1.2
Rigel si stava rivestendo, seduto sul bordo del letto, la maglietta tra le mani e lo sguardo perso come a cercar di riuscire a vedere qualcosa oltre la finestra dalle tende verdi tirate.
La camera in penombra lasciava intravedere il corpo di Alhena coperta fino alla vita dal lenzuolo, i lunghi capelli biondi incorniciavano la sua figura come una cascata di luce dorata. Il viso ovale, le labbra carnose, gli occhi nocciola, le forme sinuose. Era davvero una bella donna, Rigel stava bene durante il tempo passato con lei, quando facevano l'amore a volte, gli pareva di provare qualcosa in più di un semplice affetto, ma una volta terminato, quando quell'illusione svaniva, i suoi demoni tornavano a parlare nella sua testa. Gli sussurravano che era tutto sbagliato, che sarebbe dovuto scappare, che non era la cosa giusta da fare.
Scappare da chi, da cosa? Rigel dopo aver finalmente trovato la pace a casa di Maia, si era illuso che fosse tutto finito, che quelle voci finalmente lo avrebbero lasciato in pace.
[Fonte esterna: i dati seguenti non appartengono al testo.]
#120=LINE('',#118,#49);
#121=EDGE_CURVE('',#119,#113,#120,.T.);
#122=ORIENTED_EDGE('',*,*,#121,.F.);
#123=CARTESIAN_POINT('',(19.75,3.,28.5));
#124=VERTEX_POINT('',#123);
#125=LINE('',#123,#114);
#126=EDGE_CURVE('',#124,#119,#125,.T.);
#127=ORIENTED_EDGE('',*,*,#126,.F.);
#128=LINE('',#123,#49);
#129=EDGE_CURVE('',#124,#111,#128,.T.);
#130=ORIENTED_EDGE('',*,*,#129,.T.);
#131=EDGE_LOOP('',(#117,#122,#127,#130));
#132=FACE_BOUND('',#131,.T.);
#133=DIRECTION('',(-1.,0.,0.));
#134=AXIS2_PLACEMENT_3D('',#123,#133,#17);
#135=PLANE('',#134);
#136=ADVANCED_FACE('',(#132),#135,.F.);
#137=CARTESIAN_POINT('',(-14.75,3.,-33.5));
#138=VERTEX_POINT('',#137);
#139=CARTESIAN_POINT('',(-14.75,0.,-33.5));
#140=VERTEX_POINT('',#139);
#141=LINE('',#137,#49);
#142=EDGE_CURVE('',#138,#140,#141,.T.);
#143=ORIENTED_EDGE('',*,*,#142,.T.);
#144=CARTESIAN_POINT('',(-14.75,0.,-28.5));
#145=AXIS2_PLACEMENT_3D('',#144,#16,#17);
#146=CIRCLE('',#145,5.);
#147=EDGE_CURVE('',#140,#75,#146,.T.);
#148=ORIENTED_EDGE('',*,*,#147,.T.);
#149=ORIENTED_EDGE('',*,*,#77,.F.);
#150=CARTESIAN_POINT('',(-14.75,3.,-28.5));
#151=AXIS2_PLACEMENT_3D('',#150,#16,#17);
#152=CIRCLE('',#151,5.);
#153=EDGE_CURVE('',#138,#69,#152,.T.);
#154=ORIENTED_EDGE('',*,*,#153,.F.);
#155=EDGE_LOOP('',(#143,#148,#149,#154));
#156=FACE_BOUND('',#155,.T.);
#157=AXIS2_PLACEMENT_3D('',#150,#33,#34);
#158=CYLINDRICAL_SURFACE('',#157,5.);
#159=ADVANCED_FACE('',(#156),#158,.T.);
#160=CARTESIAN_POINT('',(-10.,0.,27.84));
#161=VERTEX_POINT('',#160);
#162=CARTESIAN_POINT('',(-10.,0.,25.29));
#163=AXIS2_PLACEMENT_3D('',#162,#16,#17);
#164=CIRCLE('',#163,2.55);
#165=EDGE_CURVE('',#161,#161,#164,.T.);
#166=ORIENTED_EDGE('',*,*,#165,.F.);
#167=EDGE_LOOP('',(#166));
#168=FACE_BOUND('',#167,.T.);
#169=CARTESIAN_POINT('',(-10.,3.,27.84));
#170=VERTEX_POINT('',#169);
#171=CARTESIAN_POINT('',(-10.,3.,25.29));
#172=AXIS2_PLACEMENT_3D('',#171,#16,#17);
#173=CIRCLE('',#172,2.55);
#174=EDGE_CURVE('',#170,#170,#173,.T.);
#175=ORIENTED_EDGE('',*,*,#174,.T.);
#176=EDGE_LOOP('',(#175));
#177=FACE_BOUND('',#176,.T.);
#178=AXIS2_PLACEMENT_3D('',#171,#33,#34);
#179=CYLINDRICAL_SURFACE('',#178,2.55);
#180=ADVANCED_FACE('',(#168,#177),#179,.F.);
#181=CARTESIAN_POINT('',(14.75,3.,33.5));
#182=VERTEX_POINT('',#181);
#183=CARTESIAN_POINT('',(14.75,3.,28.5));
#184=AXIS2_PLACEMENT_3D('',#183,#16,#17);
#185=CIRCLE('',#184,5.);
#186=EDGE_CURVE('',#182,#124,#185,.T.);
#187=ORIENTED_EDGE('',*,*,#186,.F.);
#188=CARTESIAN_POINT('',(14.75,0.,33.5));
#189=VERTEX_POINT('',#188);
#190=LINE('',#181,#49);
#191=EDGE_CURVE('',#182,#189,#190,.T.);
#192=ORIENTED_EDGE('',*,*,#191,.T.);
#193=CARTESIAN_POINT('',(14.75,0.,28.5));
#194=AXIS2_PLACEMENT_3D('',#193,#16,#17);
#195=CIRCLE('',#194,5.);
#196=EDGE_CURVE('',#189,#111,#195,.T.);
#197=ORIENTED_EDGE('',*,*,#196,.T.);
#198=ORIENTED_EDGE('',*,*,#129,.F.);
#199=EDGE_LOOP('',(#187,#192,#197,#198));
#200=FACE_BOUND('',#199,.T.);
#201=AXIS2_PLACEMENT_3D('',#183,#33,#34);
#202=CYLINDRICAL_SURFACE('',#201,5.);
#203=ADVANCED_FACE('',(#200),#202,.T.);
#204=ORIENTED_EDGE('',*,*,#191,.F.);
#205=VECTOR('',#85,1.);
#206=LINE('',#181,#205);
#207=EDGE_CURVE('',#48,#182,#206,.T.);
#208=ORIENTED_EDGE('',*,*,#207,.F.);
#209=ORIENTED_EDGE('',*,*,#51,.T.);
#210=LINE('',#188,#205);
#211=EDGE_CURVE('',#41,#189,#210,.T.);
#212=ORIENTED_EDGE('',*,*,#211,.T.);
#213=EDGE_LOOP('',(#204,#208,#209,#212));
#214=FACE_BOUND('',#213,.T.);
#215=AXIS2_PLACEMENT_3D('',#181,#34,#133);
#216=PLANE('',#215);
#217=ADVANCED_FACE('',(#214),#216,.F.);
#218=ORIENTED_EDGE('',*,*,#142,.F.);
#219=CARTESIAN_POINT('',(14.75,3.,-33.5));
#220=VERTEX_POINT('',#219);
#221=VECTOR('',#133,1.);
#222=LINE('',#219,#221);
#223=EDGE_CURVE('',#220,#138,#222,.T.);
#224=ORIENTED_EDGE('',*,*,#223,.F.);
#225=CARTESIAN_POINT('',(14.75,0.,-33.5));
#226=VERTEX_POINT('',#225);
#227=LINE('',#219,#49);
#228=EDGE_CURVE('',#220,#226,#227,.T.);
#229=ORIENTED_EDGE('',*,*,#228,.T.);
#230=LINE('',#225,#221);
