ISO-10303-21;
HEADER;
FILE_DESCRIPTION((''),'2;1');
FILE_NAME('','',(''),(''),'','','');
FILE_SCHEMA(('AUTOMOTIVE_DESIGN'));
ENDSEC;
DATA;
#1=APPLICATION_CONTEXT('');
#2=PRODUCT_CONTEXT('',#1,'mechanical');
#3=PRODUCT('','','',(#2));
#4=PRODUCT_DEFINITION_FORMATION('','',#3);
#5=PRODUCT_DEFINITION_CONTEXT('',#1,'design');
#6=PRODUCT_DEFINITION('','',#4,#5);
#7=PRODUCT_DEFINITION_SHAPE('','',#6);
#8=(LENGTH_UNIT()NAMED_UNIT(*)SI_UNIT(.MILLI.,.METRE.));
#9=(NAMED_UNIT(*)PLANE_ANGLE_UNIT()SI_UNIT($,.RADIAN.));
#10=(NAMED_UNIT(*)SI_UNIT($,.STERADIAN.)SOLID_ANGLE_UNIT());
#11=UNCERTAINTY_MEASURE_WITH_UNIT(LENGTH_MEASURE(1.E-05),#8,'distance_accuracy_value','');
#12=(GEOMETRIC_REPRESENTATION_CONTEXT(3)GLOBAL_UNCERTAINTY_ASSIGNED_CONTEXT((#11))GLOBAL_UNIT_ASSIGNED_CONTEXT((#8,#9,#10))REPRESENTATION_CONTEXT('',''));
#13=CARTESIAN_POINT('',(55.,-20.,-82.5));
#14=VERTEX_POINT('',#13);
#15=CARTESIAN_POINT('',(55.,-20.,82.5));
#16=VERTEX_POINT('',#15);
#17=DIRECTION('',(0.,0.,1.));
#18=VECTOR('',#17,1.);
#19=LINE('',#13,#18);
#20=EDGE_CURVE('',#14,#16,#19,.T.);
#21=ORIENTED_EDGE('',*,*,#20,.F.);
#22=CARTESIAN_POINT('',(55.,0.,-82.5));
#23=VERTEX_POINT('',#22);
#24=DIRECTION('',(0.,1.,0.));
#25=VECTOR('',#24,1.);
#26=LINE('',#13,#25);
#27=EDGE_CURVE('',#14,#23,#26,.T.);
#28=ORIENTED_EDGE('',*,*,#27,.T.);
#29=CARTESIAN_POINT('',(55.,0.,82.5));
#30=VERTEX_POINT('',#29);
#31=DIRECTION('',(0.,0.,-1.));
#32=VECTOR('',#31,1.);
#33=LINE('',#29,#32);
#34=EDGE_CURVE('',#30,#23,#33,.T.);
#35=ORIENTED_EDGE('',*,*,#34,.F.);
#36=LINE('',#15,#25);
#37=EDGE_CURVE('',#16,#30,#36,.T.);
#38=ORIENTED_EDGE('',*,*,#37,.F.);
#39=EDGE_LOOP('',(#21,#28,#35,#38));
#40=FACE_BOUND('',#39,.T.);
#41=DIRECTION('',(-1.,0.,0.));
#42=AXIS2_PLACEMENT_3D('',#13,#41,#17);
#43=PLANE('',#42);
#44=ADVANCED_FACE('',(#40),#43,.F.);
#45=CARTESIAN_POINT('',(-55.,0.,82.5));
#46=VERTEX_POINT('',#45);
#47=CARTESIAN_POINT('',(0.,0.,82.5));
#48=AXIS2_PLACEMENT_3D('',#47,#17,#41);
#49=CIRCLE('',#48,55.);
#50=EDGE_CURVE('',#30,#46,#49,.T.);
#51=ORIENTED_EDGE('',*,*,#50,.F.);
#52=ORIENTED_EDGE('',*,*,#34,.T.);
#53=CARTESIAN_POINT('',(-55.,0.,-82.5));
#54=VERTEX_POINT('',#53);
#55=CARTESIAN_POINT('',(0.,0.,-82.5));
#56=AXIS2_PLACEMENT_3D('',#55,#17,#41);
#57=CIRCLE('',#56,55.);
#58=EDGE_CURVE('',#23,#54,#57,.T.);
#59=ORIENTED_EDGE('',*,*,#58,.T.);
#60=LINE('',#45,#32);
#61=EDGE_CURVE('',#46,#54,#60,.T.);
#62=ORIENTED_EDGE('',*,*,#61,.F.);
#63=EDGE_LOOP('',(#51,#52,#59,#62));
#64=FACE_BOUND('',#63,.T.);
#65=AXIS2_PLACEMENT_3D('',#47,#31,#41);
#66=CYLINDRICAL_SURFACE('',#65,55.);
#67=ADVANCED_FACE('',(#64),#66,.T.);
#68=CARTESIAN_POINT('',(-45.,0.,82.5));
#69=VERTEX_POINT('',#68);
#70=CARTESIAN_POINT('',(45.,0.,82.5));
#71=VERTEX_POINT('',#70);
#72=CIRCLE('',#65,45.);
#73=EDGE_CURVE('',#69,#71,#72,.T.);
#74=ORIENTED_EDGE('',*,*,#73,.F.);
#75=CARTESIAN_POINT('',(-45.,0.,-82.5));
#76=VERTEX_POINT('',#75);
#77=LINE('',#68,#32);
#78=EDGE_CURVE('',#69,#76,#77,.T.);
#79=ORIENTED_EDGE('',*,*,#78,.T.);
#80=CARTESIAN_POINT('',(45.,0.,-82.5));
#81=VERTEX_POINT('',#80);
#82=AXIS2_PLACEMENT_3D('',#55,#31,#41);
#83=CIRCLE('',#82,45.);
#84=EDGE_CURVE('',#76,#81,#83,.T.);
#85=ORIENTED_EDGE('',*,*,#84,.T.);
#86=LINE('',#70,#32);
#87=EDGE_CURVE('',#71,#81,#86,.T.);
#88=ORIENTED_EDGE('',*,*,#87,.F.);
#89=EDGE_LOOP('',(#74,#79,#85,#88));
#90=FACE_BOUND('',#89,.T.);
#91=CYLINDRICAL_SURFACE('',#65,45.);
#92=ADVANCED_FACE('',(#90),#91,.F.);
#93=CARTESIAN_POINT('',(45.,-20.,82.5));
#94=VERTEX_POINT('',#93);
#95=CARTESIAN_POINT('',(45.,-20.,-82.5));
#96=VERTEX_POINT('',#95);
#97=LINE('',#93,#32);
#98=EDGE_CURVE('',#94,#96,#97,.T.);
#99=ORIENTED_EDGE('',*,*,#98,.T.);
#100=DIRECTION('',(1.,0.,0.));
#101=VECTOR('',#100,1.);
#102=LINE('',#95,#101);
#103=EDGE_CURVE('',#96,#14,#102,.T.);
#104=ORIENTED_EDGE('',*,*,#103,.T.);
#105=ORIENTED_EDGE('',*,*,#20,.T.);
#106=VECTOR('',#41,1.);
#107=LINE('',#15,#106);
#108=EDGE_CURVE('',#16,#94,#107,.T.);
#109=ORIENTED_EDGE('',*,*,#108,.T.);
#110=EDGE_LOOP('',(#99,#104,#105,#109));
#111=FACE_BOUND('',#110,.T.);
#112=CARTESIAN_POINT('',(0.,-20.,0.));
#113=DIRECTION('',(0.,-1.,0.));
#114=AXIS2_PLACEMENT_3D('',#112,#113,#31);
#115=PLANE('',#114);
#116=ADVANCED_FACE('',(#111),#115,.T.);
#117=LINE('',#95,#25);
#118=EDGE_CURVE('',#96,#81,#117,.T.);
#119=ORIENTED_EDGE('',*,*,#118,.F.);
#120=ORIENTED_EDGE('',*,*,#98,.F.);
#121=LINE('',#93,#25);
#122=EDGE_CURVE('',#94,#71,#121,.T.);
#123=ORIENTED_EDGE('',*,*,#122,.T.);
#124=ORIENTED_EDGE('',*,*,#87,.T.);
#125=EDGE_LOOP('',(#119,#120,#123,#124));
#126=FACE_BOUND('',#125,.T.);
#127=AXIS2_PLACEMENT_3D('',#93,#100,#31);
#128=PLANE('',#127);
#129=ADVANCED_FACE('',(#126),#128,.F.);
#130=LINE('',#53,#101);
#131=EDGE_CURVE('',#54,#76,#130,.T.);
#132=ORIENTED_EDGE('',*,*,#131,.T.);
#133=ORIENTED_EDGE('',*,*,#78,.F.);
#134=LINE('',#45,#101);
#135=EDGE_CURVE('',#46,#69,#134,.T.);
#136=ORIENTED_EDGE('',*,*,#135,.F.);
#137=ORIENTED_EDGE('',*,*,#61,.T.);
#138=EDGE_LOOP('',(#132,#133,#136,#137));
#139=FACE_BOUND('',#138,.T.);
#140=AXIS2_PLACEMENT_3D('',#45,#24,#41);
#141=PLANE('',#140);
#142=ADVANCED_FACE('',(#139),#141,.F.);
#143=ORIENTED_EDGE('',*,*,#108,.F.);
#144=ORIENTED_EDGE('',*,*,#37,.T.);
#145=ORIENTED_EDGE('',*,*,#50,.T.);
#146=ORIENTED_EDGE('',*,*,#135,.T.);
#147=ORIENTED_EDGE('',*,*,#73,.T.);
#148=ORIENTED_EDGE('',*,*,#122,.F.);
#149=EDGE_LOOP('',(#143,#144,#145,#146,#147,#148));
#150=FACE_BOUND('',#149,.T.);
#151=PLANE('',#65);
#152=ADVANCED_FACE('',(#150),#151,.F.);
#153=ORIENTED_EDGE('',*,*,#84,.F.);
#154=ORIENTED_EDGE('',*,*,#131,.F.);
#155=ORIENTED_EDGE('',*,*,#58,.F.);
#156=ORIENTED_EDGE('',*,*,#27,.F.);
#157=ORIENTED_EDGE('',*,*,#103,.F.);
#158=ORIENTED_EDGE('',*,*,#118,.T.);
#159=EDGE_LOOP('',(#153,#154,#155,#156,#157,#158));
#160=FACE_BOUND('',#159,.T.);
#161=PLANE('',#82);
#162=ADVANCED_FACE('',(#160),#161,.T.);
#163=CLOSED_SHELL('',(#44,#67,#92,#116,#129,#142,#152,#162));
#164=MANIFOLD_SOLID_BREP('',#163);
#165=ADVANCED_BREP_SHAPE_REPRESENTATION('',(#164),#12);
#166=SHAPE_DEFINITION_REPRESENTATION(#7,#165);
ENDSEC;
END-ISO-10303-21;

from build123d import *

# Parameters (mm, degrees)
BOSS_EXTRUDE1_DEPTH = 82.5
SKETCH3_W           = 10
SKETCH3_H           = 165
BOSS_EXTRUDE2_DEPTH = 20


with BuildPart() as part:
    # Sketch2 → Boss-Extrude1 (new body, symmetric)
    with BuildSketch(Plane.XY):
        with BuildLine():
            Line((-55, 0), (-45, 0))
            ThreePointArc((-45, 0), (0, 45), (45, 0))
            Line((45, 0), (55, 0))
            ThreePointArc((55, 0), (0, 55), (-55, 0))
        make_face()
    extrude(amount=BOSS_EXTRUDE1_DEPTH, both=True)

    # Sketch3 → Boss-Extrude2 (add)
    with BuildSketch(Plane.XZ):
        with Locations((50, 0)):
            Rectangle(SKETCH3_W, SKETCH3_H)
    extrude(amount=BOSS_EXTRUDE2_DEPTH)


solid = part.part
Tuttavia, se adesso non lo tormentavano più nella ricerca di un luogo da considerare casa, avevano cominciato a roderlo dentro, ripetendogli di trovarla, cercarla, che soltanto lei sarebbe stata quella giusta.
Trovare chi? Non ne aveva la minima idea.
A volte nei suoi sogni gli sembrava di averla accanto, sentiva la sua voce, percepiva il suo dolce profumo, la cercava, la rincorreva. Una fitta nebbia però avvolgeva tutto, impedendogli di vedere, di riuscire a scorgere anche un solo piccolo particolare di lei che gli sfuggiva, era sempre più distante, finché non si ritrovava da solo, al buio e si risvegliava, madido di sudore a urlare un nome che subito dopo gli scivolava via dalla mente e per quanto si sforzasse, non riusciva più a ricordarlo.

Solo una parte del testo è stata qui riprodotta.